L'idée d'un Fonds Européen de la Recherche ( European
Research Council) sur le modèle de la National Science Foundation
américaine est également évoquée, destiné
à se substituer aux instances administratives communautaires.
Ce Fonds serait l'agent le plus actif pour la constitution de l'Espace
Européen de la Recherche souhaité par beaucoup, où
les chercheurs, les idées et les crédits, européens
et nationaux, pourraient circuler plus librement et en libre confrontation.
Cela ne sera possible qu'avec l'accord des Etats-membres qui abandonneraient
une partie de leurs prérogatives, mais aussi avec l'accord
de la Commission, qui transférerait une partie des siennes.
M. Busquin pense que cette évolution est inéluctable,
mais que la marche vers une telle institution sera longue, compte
tenu de l'existence dans les Etats de grands organismes et aussi
de beaucoup d'habitudes - plus ou moins bonnes ajouterions-nous.
Notre commentaire
Tout ceci n'est finalement pas très encourageant pour le
proche avenir. Notre revue a elle-même souligné, dans
les secteurs relevant de ses thèmes de préoccupations
: l'informatique, la robotique, l'IA, les nanotechnologies (voir
notre éditorial) la protéomique, l'avance toujours
accentuée des Etats-Unis et du Japon.
Nous pourrions ajouter aux considérations des experts résumées
ci-dessus, d'autres dont on parle moins. Nous pensons par exemple
que, tant que de très grands programmes européens,
voire mondiaux, ne sont pas mis en place dans des domaines très
structurants comme l'espace, le vivant, le développement
durable, les citoyens ne se mobiliseront pas pour consentir les
efforts nécessaires. Dans ce but, il faudrait que les Chefs
d'Etat s'engagent personnellement, y jouent leur crédibilité
politique. On peut penser, peut-être à tort, que le
précédent gouvernement français aurait créé
plus d'emplois et gagné plus de voix, en initialisant même
modestement de tels programmes au niveau national, et ne négociant
avec nos partenaires pour qu'ils leur donnent une portée
pan-européenne, qu'il ne l'a fait avec la politique des 35
heures.
On pourra ajouter une réflexion d'un tout autre ordre.
Le jugement des instances administratives en matière d'opportunité
des financements de recherche est à juste titre critiqué.
Mais celui des "pairs", auxquels les scientifiques chevronnés
se réfèrent souvent, est parfois aussi source d'un
conservatisme intellectuel débilitant.
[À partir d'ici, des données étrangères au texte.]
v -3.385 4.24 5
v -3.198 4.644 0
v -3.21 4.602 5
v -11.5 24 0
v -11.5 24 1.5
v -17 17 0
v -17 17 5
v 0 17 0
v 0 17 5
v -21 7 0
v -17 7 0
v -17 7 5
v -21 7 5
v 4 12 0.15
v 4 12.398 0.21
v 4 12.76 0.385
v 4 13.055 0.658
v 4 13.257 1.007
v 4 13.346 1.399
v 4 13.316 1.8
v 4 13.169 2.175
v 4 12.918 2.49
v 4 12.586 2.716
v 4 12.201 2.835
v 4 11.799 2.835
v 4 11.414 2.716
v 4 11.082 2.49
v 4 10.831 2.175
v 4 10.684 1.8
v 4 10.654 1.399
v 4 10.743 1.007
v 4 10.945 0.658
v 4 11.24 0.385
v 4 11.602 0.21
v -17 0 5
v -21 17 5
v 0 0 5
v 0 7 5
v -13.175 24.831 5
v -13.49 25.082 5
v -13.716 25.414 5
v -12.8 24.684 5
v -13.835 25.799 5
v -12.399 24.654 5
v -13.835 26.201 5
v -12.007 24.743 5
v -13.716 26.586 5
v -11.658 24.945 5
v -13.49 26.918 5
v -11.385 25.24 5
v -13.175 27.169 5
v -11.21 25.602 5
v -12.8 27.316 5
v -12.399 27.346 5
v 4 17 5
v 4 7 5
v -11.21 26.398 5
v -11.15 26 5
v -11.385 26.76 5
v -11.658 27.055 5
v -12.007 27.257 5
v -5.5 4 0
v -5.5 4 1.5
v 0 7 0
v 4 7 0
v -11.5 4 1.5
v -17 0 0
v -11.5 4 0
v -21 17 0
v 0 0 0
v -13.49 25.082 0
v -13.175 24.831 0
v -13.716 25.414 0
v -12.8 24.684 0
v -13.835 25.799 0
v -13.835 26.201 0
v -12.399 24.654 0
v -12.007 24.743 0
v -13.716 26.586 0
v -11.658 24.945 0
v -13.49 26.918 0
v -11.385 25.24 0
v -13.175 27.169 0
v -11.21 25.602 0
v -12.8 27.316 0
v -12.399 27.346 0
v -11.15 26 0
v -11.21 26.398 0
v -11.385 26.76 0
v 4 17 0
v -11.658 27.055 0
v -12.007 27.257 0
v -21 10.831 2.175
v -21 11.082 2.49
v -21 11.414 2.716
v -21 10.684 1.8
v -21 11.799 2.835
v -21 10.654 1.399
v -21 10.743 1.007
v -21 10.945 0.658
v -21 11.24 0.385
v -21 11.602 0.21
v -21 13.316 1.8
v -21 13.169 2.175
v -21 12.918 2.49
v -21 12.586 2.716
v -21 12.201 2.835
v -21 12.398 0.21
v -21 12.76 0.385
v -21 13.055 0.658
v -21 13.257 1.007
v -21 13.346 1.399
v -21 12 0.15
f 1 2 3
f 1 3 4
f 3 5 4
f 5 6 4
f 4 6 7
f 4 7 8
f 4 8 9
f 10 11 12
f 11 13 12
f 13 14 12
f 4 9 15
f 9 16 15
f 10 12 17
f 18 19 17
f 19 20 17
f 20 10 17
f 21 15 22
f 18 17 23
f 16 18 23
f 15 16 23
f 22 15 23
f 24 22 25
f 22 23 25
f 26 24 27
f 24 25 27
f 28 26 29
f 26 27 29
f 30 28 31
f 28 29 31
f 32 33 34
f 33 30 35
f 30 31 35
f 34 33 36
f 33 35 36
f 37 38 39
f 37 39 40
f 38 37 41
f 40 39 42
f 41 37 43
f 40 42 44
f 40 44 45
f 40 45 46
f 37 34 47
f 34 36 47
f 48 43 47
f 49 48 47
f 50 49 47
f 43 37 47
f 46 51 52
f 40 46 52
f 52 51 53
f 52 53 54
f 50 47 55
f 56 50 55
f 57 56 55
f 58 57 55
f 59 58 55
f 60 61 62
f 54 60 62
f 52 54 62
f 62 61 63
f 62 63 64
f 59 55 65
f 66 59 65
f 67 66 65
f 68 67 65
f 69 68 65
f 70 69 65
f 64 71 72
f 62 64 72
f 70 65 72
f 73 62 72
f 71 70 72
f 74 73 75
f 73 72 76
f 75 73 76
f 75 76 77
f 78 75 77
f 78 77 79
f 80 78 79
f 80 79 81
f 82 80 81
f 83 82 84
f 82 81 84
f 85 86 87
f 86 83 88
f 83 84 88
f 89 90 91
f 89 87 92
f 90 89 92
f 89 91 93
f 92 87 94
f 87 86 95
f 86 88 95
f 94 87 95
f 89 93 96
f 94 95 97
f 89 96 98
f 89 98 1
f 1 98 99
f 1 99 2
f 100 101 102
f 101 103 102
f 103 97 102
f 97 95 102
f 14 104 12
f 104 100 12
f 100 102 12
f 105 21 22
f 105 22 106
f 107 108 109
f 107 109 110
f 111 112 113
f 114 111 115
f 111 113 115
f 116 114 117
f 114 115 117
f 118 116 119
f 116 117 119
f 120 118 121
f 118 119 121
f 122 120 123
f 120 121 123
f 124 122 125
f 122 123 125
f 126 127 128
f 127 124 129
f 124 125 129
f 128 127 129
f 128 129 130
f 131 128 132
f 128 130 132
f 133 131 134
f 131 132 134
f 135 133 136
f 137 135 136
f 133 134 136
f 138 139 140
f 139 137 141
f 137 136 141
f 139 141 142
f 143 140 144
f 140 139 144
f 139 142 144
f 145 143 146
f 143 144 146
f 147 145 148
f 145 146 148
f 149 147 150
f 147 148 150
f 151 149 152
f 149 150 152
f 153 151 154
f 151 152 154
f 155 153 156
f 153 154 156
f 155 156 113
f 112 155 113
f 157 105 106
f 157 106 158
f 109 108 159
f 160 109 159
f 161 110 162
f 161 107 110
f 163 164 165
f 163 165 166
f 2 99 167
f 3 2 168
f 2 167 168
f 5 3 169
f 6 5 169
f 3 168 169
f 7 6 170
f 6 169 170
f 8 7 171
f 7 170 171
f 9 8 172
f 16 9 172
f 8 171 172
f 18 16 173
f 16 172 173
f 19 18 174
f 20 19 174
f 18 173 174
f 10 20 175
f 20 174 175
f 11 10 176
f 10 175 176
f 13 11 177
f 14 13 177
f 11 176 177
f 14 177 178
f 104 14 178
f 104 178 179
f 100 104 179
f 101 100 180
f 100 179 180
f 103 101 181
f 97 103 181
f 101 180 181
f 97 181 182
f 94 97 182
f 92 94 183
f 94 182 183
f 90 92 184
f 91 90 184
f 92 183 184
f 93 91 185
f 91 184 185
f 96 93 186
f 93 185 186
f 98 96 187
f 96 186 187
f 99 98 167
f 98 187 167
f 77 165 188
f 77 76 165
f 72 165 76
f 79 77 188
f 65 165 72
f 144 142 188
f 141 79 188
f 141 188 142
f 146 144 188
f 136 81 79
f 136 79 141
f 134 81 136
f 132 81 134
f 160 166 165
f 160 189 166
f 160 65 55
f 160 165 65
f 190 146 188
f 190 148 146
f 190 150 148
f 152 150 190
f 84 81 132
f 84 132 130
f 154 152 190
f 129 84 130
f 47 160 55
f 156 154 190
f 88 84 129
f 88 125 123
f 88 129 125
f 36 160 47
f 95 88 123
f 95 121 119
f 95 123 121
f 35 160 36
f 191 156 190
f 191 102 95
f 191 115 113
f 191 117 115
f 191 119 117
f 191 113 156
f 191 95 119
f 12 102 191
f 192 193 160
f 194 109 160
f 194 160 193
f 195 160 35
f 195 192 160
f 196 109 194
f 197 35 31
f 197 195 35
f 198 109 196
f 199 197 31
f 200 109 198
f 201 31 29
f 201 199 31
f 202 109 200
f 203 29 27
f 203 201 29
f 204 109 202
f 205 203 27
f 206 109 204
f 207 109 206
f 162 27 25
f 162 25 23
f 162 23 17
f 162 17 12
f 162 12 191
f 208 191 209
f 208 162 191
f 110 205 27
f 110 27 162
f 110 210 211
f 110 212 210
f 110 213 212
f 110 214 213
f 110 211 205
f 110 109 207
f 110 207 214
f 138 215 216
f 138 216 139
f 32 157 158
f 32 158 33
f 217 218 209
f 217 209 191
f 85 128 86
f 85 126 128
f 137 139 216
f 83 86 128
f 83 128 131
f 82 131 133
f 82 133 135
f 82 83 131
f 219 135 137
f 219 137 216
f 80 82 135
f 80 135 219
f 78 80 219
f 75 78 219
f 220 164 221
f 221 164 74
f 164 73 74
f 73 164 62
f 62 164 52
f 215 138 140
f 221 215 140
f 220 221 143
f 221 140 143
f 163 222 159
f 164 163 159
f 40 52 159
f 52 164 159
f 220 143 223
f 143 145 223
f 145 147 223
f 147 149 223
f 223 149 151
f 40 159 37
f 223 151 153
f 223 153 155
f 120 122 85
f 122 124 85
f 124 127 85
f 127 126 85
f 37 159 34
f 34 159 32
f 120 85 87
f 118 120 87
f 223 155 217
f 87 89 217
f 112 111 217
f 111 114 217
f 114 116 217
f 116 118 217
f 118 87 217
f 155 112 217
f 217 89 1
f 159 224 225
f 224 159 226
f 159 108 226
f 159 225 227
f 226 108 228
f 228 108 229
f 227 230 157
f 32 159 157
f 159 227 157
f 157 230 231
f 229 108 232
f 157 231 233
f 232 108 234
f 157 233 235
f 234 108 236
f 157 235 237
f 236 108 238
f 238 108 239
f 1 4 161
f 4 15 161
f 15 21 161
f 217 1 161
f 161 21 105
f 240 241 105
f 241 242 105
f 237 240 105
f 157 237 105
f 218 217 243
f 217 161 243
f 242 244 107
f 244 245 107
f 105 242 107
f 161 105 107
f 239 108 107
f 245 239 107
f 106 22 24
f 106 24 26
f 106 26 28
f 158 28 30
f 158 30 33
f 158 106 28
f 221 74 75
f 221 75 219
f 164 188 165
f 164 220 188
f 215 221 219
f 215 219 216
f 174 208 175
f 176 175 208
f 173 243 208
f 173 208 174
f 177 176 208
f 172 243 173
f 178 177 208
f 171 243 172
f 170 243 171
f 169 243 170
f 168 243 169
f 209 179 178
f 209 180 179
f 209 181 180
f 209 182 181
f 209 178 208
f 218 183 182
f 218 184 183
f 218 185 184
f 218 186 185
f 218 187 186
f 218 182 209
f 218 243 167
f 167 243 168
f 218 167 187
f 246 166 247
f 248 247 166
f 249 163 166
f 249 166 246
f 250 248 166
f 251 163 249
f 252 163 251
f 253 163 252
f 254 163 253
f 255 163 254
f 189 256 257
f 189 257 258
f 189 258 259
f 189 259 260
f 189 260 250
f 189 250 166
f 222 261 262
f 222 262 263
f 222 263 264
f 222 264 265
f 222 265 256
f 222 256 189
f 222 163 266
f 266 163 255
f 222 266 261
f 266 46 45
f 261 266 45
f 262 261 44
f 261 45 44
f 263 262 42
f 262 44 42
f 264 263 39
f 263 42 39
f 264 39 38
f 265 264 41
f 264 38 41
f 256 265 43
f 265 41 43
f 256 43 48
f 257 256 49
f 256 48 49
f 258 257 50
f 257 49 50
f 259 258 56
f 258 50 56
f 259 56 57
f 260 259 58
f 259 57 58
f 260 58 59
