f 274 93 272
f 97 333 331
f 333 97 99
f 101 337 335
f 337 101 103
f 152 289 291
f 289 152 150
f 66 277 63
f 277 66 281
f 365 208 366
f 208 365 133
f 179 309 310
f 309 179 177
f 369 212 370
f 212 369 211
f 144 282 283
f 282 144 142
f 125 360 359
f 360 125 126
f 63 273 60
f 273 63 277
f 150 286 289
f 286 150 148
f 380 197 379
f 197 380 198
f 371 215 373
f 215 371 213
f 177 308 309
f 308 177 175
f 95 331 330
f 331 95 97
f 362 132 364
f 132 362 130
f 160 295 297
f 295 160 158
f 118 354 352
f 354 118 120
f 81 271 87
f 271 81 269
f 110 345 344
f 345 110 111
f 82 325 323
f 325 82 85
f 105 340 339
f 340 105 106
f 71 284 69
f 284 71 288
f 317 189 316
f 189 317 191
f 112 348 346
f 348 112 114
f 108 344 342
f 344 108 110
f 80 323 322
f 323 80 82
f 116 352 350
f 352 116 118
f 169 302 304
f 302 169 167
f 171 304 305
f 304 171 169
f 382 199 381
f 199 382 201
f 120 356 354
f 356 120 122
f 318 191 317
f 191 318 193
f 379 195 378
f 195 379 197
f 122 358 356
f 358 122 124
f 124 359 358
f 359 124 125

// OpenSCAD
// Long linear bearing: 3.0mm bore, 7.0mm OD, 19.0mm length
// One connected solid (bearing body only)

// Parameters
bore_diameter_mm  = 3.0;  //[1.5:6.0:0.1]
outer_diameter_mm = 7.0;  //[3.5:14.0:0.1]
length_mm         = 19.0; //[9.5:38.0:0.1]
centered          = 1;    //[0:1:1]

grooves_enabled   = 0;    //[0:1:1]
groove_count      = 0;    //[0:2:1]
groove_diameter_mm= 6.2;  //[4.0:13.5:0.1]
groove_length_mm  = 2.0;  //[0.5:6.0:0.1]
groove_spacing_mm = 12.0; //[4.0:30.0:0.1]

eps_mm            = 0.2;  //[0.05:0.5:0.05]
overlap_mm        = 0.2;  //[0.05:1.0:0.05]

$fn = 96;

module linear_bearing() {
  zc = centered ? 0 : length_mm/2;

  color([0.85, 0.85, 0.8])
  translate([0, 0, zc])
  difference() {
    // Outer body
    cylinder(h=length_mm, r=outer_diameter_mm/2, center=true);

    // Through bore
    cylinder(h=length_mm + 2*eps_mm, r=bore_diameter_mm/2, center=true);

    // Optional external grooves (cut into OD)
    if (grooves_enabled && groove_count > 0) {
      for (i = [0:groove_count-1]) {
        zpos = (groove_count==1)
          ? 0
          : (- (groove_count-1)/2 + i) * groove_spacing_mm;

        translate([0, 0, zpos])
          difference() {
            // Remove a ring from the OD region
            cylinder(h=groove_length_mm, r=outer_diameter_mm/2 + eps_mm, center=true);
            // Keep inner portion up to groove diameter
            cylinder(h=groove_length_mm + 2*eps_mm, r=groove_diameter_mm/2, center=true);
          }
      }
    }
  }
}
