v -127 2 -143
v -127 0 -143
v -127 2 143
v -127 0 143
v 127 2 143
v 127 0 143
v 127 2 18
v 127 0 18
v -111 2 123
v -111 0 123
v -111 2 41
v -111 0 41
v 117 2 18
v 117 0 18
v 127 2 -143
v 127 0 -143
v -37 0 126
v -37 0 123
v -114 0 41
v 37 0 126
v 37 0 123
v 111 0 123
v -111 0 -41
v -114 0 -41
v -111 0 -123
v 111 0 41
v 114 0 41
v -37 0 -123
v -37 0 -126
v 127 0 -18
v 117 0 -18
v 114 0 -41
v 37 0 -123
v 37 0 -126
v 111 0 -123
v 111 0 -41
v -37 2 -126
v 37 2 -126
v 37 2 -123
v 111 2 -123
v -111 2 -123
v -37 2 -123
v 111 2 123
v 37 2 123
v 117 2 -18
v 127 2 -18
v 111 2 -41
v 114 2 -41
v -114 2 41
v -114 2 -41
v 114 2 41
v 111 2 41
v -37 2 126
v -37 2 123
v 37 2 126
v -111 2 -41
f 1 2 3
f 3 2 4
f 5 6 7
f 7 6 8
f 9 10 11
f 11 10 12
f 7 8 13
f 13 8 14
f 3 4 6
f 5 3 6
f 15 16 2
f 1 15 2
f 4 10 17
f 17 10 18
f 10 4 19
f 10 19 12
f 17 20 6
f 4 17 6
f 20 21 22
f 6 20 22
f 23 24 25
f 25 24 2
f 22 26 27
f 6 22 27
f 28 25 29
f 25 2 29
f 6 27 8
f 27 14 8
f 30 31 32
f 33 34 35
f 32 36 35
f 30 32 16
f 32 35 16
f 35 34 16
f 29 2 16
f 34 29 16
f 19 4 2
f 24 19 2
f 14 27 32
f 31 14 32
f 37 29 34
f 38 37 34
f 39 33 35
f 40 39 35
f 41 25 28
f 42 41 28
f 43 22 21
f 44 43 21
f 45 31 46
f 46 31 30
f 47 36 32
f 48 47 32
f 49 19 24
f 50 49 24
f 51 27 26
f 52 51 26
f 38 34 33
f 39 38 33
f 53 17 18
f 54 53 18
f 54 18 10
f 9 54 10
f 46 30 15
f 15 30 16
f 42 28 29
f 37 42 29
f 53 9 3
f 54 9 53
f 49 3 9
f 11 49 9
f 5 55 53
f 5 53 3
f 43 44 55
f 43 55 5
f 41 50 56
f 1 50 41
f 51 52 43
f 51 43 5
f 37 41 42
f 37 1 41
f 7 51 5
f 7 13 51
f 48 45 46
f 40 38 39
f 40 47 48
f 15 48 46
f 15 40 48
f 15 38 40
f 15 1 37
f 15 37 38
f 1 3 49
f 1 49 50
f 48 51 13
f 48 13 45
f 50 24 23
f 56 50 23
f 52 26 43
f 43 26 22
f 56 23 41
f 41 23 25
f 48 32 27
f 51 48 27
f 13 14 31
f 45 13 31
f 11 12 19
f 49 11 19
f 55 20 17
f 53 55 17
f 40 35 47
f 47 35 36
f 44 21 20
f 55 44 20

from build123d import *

# Parameters (mm, degrees)
BOSS_EXTRUDE1_DEPTH = 2


with BuildPart() as part:
    # Sketch1 → Boss-Extrude1 (new body)
    with BuildSketch(Plane(origin=(0, 0, 0), x_dir=(1, 0, 0), z_dir=(0, 1, 0))):
        Polygon((-127, -143), (127, -143), (127, -18), (117, -18), (117, 18), (127, 18), (127, 143), (-127, 143), align=None)
        Polygon((37, 123), (111, 123), (111, 41), (114, 41), (114, -41), (111, -41), (111, -123), (37, -123), (37, -126), (-37, -126), (-37, -123), (-111, -123), (-111, -41), (-114, -41), (-114, 41), (-111, 41), (-111, 123), (-37, 123), (-37, 126), (37, 126), align=None, mode=Mode.SUBTRACT)
    extrude(amount=BOSS_EXTRUDE1_DEPTH)


solid = part.part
Les financements publics
devraient dorénavant prévoir des formules différentes,
au moins pour quelques pourcentages des budgets. Il faudrait encourager
des formules du type "Think tanks" ou "Blue sky research centers",
permettant à des idées originales et transdisciplinaires
de tenter leur chance. En Europe, on ne peut pas compter sur d'éventuelles
fondations privées pour jouer ce rôle.